--- Task instructions ---
Take the entries that follow and return exactly the lines from the one holding "#268=ORIENTED_EDGE('',*,*,#247,.F.);" through the one holding "#275=ORIENTED_EDGE('',*,*,#168,.F.);", both included. Nothing else is needed.

::::::

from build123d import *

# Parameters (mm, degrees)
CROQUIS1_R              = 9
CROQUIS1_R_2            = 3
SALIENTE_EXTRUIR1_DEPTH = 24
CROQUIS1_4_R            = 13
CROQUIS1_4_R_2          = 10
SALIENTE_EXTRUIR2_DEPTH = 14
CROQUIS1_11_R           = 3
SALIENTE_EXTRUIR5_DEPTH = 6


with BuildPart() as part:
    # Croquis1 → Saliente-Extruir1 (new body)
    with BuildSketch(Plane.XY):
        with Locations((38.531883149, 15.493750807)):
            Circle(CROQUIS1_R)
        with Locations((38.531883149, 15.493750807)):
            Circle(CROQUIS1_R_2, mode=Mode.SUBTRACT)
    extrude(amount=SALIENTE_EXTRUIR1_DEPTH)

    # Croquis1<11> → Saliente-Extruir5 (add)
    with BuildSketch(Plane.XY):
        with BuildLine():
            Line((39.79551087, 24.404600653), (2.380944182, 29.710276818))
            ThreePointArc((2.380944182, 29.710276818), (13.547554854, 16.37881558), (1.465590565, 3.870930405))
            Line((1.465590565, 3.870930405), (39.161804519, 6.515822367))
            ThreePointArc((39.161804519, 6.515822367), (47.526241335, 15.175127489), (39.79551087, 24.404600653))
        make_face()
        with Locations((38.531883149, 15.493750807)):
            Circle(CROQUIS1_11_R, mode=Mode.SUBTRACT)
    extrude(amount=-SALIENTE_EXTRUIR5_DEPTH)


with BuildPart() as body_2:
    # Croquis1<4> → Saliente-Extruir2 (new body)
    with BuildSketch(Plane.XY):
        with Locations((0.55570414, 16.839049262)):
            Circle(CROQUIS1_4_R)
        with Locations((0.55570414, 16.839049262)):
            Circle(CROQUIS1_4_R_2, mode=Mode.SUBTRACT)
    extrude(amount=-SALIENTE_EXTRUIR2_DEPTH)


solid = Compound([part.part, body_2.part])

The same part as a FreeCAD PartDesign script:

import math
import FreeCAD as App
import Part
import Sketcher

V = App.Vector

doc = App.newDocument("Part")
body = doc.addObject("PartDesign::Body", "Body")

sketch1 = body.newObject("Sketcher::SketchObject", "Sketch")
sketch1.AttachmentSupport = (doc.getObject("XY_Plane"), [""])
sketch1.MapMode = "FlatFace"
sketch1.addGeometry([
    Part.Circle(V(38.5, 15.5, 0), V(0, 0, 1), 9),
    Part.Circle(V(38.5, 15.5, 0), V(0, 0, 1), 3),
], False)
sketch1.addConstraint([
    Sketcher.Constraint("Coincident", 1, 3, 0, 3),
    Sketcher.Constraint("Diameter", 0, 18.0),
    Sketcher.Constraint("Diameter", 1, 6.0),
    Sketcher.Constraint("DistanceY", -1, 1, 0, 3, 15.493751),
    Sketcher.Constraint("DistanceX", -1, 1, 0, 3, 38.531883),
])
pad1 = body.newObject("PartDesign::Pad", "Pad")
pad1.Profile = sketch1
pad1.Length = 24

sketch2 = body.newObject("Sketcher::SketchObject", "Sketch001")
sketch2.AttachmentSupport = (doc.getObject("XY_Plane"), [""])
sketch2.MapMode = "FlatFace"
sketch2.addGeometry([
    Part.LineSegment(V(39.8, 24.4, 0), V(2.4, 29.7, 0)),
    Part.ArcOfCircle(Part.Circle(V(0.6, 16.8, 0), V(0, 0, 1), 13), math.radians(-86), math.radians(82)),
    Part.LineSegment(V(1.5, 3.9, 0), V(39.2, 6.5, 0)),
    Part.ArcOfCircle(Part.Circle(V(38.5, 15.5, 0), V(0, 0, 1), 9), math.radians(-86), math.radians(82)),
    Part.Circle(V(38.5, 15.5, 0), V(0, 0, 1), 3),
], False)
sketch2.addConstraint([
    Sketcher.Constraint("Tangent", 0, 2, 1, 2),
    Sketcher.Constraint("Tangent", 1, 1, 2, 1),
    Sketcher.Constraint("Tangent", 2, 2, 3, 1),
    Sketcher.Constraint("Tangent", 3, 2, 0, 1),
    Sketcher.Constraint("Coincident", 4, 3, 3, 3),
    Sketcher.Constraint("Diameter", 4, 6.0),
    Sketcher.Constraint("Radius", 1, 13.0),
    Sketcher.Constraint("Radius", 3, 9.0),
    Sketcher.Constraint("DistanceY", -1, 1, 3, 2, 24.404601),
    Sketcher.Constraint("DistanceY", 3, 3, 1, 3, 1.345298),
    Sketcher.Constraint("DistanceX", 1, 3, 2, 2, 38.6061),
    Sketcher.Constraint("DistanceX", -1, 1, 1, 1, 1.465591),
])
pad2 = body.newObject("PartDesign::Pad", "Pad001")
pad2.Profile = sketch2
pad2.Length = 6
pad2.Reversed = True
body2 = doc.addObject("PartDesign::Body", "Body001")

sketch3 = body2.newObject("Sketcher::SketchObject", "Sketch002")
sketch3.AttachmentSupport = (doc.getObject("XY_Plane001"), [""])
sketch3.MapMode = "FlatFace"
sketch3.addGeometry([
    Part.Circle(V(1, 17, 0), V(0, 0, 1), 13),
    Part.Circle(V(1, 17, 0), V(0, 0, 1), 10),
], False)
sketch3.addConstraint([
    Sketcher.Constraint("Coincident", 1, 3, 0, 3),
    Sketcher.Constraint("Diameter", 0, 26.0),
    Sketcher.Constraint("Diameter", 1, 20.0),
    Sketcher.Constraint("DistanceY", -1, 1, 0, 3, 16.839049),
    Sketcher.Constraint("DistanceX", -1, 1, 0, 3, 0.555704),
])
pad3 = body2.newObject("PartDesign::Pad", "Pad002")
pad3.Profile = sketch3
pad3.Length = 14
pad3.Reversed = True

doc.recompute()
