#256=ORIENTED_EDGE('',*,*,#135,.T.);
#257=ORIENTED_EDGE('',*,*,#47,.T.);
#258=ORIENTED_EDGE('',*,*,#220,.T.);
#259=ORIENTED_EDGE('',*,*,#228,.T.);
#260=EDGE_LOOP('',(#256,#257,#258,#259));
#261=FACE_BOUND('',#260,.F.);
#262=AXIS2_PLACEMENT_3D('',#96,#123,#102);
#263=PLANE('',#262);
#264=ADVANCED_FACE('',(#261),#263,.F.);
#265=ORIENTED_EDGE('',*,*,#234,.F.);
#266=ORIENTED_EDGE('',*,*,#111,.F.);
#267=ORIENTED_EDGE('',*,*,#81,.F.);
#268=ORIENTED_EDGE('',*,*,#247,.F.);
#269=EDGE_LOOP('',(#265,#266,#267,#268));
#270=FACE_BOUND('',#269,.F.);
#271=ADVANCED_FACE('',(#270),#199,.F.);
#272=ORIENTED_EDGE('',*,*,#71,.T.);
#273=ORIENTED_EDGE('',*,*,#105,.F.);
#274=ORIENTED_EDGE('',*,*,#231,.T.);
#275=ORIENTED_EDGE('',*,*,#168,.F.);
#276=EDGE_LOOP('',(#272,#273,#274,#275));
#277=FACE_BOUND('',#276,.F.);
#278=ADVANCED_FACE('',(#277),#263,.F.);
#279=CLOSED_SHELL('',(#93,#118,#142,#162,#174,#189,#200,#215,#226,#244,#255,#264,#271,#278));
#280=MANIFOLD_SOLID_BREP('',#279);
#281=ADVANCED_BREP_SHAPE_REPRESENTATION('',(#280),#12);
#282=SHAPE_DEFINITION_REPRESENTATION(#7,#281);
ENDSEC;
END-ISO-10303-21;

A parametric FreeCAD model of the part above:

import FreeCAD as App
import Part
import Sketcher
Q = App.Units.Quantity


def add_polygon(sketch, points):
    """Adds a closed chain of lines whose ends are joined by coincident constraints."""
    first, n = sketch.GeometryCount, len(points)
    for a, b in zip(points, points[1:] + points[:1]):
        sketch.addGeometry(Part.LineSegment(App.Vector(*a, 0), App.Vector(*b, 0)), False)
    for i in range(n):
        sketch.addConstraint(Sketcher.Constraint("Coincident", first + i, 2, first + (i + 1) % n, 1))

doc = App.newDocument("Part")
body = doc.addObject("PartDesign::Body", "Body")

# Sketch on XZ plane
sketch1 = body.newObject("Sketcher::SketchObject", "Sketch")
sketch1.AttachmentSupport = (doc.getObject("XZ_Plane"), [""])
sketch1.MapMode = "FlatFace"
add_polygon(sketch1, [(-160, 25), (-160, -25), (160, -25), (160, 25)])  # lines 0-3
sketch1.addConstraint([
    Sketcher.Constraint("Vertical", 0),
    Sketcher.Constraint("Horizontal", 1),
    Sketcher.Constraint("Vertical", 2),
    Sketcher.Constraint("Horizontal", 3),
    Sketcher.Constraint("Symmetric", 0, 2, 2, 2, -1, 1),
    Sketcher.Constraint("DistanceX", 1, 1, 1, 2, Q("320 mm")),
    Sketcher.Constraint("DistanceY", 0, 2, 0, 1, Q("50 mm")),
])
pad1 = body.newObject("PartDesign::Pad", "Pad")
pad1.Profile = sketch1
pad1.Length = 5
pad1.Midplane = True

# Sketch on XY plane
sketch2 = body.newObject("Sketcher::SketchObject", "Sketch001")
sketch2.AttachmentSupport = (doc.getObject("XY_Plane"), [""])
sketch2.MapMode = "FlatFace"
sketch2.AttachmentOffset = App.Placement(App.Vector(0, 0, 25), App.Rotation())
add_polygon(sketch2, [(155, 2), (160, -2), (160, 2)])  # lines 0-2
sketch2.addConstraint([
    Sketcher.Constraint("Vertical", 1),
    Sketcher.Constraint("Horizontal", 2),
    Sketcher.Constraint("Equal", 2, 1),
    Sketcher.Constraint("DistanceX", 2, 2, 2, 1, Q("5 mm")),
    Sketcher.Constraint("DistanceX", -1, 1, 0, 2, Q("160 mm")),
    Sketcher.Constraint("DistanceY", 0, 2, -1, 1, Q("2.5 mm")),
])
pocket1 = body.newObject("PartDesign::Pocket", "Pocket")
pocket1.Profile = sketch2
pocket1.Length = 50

::::::

--- Exercise output ---
#268=ORIENTED_EDGE('',*,*,#247,.F.);
#269=EDGE_LOOP('',(#265,#266,#267,#268));
#270=FACE_BOUND('',#269,.F.);
#271=ADVANCED_FACE('',(#270),#199,.F.);
#272=ORIENTED_EDGE('',*,*,#71,.T.);
#273=ORIENTED_EDGE('',*,*,#105,.F.);
#274=ORIENTED_EDGE('',*,*,#231,.T.);
#275=ORIENTED_EDGE('',*,*,#168,.F.);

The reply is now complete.